In recent years, various electronic products are developing continuously towards the direction of friendly operations, small sizes, and large displays. In particular, portable electronic products are especially demanding for their volume and display size. Thereby, many electronic products integrates touch panel and LCD panel for eliminating keyboard or saving the space required for operating keys, and thus extending the usable area of displays.
Depending on their sensing principles, general touch panels can be classified into resistive, capacitive, infrared, and ultrasonic types. Thanks to their dust and scrape resistant properties as well as the advantage of high resolution, capacitive touch panels are adopted increasingly in electronic devices.

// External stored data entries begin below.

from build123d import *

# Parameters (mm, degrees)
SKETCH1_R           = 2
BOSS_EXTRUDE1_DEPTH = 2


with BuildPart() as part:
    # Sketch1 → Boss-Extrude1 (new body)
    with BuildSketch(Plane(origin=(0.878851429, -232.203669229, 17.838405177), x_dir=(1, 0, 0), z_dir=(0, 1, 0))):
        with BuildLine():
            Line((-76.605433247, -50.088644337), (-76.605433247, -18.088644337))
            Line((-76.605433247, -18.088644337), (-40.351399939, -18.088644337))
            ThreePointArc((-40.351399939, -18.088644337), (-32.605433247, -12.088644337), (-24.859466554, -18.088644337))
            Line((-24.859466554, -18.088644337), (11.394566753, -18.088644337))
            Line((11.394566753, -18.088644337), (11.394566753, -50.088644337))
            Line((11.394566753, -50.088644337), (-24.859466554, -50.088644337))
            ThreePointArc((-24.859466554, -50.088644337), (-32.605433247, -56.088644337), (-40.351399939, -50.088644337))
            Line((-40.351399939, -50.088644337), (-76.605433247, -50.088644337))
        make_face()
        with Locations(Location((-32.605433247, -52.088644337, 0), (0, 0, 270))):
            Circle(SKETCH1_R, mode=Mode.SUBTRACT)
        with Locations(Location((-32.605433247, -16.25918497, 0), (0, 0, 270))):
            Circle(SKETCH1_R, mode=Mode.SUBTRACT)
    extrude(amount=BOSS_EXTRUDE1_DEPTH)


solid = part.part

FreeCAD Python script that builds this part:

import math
import FreeCAD as App
import Part
import Sketcher

V = App.Vector
Q = App.Units.Quantity

doc = App.newDocument("Part")
body = doc.addObject("PartDesign::Body", "Body")

# Sketch on XZ plane
sketch1 = doc.addObject("Sketcher::SketchObject", "Sketch")
body.addObject(sketch1)
sketch1.AttachmentSupport = (doc.XZ_Plane, [""])
sketch1.MapMode = "FlatFace"
sketch1.AttachmentOffset = App.Placement(V(0, 0, 232.203669), App.Rotation())
sketch1.addGeometry([
    Part.LineSegment(V(-75.726582, 35.92705, 0), V(-75.726582, 67.92705, 0)),  # 0
    Part.LineSegment(V(-75.726582, 67.92705, 0), V(-39.472549, 67.92705, 0)),  # 1
    Part.ArcOfCircle(Part.Circle(V(-31.726582, 65.92705, 0), V(0, 0, 1), 8), math.radians(14.477512), math.radians(165.522488)),  # 2
    Part.LineSegment(V(-23.980615, 67.92705, 0), V(12.273418, 67.92705, 0)),  # 3
    Part.LineSegment(V(12.273418, 67.92705, 0), V(12.273418, 35.92705, 0)),  # 4
    Part.LineSegment(V(12.273418, 35.92705, 0), V(-23.980615, 35.92705, 0)),  # 5
    Part.ArcOfCircle(Part.Circle(V(-31.726582, 37.92705, 0), V(0, 0, 1), 8), math.radians(-165.522488), math.radians(-14.477512)),  # 6
    Part.LineSegment(V(-39.472549, 35.92705, 0), V(-75.726582, 35.92705, 0)),  # 7
    Part.Circle(V(-31.726582, 69.92705, 0), V(0, 0, 1), 2),  # 8
    Part.Circle(V(-31.726582, 34.09759, 0), V(0, 0, 1), 2),  # 9
], False)
sketch1.addConstraint([
    Sketcher.Constraint("Coincident", 0, 2, 1, 1),
    Sketcher.Constraint("Coincident", 1, 2, 2, 2),
    Sketcher.Constraint("Coincident", 2, 1, 3, 1),
    Sketcher.Constraint("Coincident", 3, 2, 4, 1),
    Sketcher.Constraint("Coincident", 4, 2, 5, 1),
    Sketcher.Constraint("Coincident", 5, 2, 6, 2),
    Sketcher.Constraint("Coincident", 6, 1, 7, 1),
    Sketcher.Constraint("Coincident", 7, 2, 0, 1),
    Sketcher.Constraint("Vertical", 0),
    Sketcher.Constraint("Horizontal", 1),
    Sketcher.Constraint("Horizontal", 3),
    Sketcher.Constraint("Vertical", 4),
    Sketcher.Constraint("Horizontal", 5),
    Sketcher.Constraint("Horizontal", 7),
    Sketcher.Constraint("Equal", 2, 6),
    Sketcher.Constraint("Equal", 8, 9),
    Sketcher.Constraint("Horizontal", 1, 2, 2, 1),
    Sketcher.Constraint("Horizontal", 5, 2, 6, 1),
    Sketcher.Constraint("Vertical", 2, 3, 6, 3),
    Sketcher.Constraint("Vertical", 6, 3, 8, 3),
    Sketcher.Constraint("Vertical", 8, 3, 9, 3),
    Sketcher.Constraint("Vertical", 2, 1, 5, 2),
    Sketcher.Constraint("Equal", 1, 3),
    Sketcher.Constraint("Diameter", 8, Q("4 mm")),
    Sketcher.Constraint("Radius", 2, Q("8 mm")),
    Sketcher.Constraint("DistanceY", 0, 1, 0, 2, Q("32 mm")),
    Sketcher.Constraint("DistanceY", 6, 3, 2, 3, Q("28 mm")),
    Sketcher.Constraint("DistanceY", 2, 3, 8, 3, Q("4 mm")),
    Sketcher.Constraint("DistanceX", 0, 2, 8, 3, Q("44 mm")),
    Sketcher.Constraint("DistanceX", 2, 3, -1, 1, Q("31.726582 mm")),
    Sketcher.Constraint("DistanceY", -1, 1, 2, 3, Q("65.92705 mm")),
    Sketcher.Constraint("DistanceY", -1, 1, 9, 3, Q("34.09759 mm")),
])
pad1 = doc.addObject("PartDesign::Pad", "Pad")
body.addObject(pad1)
pad1.Profile = sketch1
pad1.Length = 2
pad1.Reversed = True

doc.recompute()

The principle of a capacitive touch panel is mainly to plate the surface of a glass substrate with a layer of transparent conductive thin film, such as indium-tin oxides, as the sensing structure. When a user touches the panel using his finger, the proximity of the finger changes the coupling capacitance of the sensing structure. The capacitive touch panel can analyze changes in capacitance of the sensing structure and thus determining the touch location of the finger.

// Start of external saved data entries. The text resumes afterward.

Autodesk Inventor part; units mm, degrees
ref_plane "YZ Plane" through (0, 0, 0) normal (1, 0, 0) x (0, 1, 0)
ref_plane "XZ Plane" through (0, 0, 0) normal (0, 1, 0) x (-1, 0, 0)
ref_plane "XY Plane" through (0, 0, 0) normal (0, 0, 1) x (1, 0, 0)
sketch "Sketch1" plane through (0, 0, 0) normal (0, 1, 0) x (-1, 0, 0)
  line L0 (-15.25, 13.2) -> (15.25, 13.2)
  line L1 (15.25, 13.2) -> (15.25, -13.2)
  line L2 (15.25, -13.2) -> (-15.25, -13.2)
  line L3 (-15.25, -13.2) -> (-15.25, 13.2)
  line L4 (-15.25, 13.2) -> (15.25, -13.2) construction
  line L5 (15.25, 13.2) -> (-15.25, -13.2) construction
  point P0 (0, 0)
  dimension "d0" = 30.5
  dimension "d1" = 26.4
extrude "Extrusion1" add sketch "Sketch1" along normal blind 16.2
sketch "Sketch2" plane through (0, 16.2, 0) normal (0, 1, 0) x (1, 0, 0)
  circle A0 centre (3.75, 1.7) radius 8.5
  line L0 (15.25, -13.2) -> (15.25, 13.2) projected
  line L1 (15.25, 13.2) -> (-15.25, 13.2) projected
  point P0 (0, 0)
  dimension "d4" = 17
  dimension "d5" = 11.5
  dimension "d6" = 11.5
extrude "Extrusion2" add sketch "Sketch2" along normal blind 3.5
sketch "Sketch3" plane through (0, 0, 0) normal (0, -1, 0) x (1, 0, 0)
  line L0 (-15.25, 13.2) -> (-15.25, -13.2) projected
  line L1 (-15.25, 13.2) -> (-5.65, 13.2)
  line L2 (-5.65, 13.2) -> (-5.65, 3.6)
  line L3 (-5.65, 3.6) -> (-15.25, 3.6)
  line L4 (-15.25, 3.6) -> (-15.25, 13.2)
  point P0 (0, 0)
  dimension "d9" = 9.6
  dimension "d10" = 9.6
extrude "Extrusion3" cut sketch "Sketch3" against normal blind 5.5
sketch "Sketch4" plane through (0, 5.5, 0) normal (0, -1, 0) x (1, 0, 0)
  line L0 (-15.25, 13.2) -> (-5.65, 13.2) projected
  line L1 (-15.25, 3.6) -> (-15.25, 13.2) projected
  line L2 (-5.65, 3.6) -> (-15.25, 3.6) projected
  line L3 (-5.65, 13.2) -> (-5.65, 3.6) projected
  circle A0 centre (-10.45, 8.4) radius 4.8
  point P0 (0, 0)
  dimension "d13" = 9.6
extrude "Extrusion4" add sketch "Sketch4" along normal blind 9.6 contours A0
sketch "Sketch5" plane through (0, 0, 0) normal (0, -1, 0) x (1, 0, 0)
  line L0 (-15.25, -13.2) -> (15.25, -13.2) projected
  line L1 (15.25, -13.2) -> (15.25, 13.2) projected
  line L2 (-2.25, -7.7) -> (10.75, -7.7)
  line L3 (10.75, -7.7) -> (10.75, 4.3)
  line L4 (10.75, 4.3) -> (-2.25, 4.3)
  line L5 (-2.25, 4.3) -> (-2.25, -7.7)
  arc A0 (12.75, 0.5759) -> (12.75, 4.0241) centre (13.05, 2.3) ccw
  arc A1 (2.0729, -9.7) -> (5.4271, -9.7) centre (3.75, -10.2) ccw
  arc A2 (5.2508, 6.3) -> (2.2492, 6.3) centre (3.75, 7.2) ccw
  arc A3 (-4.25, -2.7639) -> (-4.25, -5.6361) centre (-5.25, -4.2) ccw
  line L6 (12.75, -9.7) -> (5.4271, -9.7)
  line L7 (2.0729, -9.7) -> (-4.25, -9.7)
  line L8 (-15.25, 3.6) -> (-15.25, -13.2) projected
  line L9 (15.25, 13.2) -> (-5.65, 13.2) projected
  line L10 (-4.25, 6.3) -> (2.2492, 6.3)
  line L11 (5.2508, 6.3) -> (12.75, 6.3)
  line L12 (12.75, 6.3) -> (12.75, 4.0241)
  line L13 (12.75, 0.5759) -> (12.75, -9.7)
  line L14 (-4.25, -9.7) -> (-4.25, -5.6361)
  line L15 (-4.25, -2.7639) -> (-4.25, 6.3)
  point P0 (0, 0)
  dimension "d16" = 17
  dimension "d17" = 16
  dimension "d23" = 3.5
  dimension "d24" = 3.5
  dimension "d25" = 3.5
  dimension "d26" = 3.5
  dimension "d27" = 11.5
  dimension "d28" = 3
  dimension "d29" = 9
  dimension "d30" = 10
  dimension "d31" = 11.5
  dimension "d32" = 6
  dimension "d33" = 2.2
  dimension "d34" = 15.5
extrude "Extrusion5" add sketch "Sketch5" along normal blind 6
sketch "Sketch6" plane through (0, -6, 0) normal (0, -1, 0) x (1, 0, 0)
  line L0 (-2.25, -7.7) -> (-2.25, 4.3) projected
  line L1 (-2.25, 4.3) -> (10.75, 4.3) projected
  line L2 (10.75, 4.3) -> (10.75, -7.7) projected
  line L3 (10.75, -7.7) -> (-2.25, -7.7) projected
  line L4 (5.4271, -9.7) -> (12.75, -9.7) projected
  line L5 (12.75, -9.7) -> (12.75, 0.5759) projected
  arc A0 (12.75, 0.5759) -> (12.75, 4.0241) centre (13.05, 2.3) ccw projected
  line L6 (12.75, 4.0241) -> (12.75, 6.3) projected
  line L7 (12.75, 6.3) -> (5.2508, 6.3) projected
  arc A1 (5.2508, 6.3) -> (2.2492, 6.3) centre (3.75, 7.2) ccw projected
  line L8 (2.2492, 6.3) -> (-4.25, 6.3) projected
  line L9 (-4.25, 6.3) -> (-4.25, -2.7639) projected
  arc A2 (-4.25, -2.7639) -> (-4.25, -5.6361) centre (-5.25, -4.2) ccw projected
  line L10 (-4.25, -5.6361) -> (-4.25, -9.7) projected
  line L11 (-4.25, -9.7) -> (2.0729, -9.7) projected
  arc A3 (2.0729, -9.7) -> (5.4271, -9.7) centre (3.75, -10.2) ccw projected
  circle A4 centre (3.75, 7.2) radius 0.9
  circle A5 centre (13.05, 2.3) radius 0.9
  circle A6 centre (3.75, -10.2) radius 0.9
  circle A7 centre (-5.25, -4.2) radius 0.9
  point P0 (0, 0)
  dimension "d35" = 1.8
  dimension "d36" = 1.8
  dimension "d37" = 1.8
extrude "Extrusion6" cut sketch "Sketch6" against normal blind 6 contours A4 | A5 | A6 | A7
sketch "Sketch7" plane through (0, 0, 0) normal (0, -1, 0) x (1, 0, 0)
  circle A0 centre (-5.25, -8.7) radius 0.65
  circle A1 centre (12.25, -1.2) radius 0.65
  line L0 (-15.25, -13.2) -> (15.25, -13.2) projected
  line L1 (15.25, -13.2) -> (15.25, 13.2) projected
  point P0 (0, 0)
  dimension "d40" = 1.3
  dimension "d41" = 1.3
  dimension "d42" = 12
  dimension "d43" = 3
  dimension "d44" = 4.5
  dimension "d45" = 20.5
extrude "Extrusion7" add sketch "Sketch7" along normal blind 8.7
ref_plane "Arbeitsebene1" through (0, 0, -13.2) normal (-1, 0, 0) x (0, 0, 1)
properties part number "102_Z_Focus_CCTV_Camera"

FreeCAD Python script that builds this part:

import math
import FreeCAD as App
import Part
import Sketcher
Q = App.Units.Quantity

doc = App.newDocument("Part")
body = doc.addObject("PartDesign::Body", "Body")

sketch1 = doc.addObject("Sketcher::SketchObject", "Sketch")
body.addObject(sketch1)
sketch1.AttachmentSupport = (doc.XZ_Plane, [""])
sketch1.MapMode = "FlatFace"
sketch1.addGeometry([
    Part.LineSegment(App.Vector(-15, 13, 0), App.Vector(15, 13, 0)),
    Part.LineSegment(App.Vector(15, 13, 0), App.Vector(15, -13, 0)),
    Part.LineSegment(App.Vector(15, -13, 0), App.Vector(-15, -13, 0)),
    Part.LineSegment(App.Vector(-15, -13, 0), App.Vector(-15, 13, 0)),
], False)
sketch1.addConstraint([
    Sketcher.Constraint("Coincident", 0, 2, 1, 1),
    Sketcher.Constraint("Coincident", 1, 2, 2, 1),
    Sketcher.Constraint("Coincident", 2, 2, 3, 1),
    Sketcher.Constraint("Coincident", 3, 2, 0, 1),
    Sketcher.Constraint("Horizontal", 0),
    Sketcher.Constraint("Vertical", 1),
    Sketcher.Constraint("Horizontal", 2),
    Sketcher.Constraint("Vertical", 3),
    Sketcher.Constraint("Symmetric", 0, 2, 2, 2, -1, 1),
    Sketcher.Constraint("DistanceX", 0, 1, 0, 2, Q("30.5 mm")),
    Sketcher.Constraint("DistanceY", 1, 2, 1, 1, Q("26.4 mm")),
])
pad1 = doc.addObject("PartDesign::Pad", "Pad")
body.addObject(pad1)
pad1.Profile = sketch1
pad1.Length = 16.2
pad1.Reversed = True

sketch2 = doc.addObject("Sketcher::SketchObject", "Sketch001")
body.addObject(sketch2)
sketch2.AttachmentSupport = (doc.XZ_Plane, [""])
sketch2.MapMode = "FlatFace"
sketch2.AttachmentOffset = App.Placement(App.Vector(0, 0, -16.2), App.Rotation())
sketch2.addGeometry(Part.Circle(App.Vector(4, -2, 0), App.Vector(0, 0, 1), 8), False)
sketch2.addConstraint([
    Sketcher.Constraint("Diameter", 0, Q("17 mm")),
    Sketcher.Constraint("DistanceY", 0, 3, -1, 1, Q("1.7 mm")),
    Sketcher.Constraint("DistanceX", -1, 1, 0, 3, Q("3.75 mm")),
])
pad2 = doc.addObject("PartDesign::Pad", "Pad001")
body.addObject(pad2)
pad2.Profile = sketch2
pad2.Length = 3.5
pad2.Reversed = True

FIG. 1 shows a schematic diagram of the electrode structure of a projected capacitive touch sensor according to the prior art. As shown in the figure, the projected capacitive touch sensor adopts two electrode layers to fabricate the electrodes for facilitating scanning of the circuit. The electrode structure according to the prior art mainly comprises a substrate (not shown in the figure), a Y-axis electrode layer 20′, and an X-axis electrode layer 10′. The substrate, for example, is a glass substrate. The Y-axis electrode layer 20′ is disposed on the top surface of the glass substrate, and has multiple Y-axis electrodes (y1, y2, y3, y4 . . .) spaced by a fixed spacing. The X-axis electrode layer 10′ is disposed on the bottom surface of the glass substrate, and has multiple X-axis electrodes (x1, x2, x3, x4 . . .) spaced by a fixed spacing and perpendicular to the Y-axis electrodes. Thereby, when a finger touches or approaches the glass substrate, the capacitance of the X- and Y-axis electrodes at the touched location changes. By using a detecting circuit, the X- and Y-axis coordinate data can be detected.
For using this dual-layer capacitive touch sensor, it is required to dispose X- and Y-axis electrodes on the top and bottom surfaces of the glass substrate, respectively. In general, indium-tin oxides are used for fabricating transparent electrodes, which makes the manufacturing cost high. For solving the problem of the dual-layer capacitive touch sensor, a single-layer capacitive touch sensor is developed. Nonetheless, current single-layer capacitive touch sensor still needs to be improved in multi-touch applications.
Accordingly, the present invention provides a novel sensing structure of touch panel, which can give the touched location on the touch panel accurately without increasing wires. In addition, the area of the touch panel is also reduced.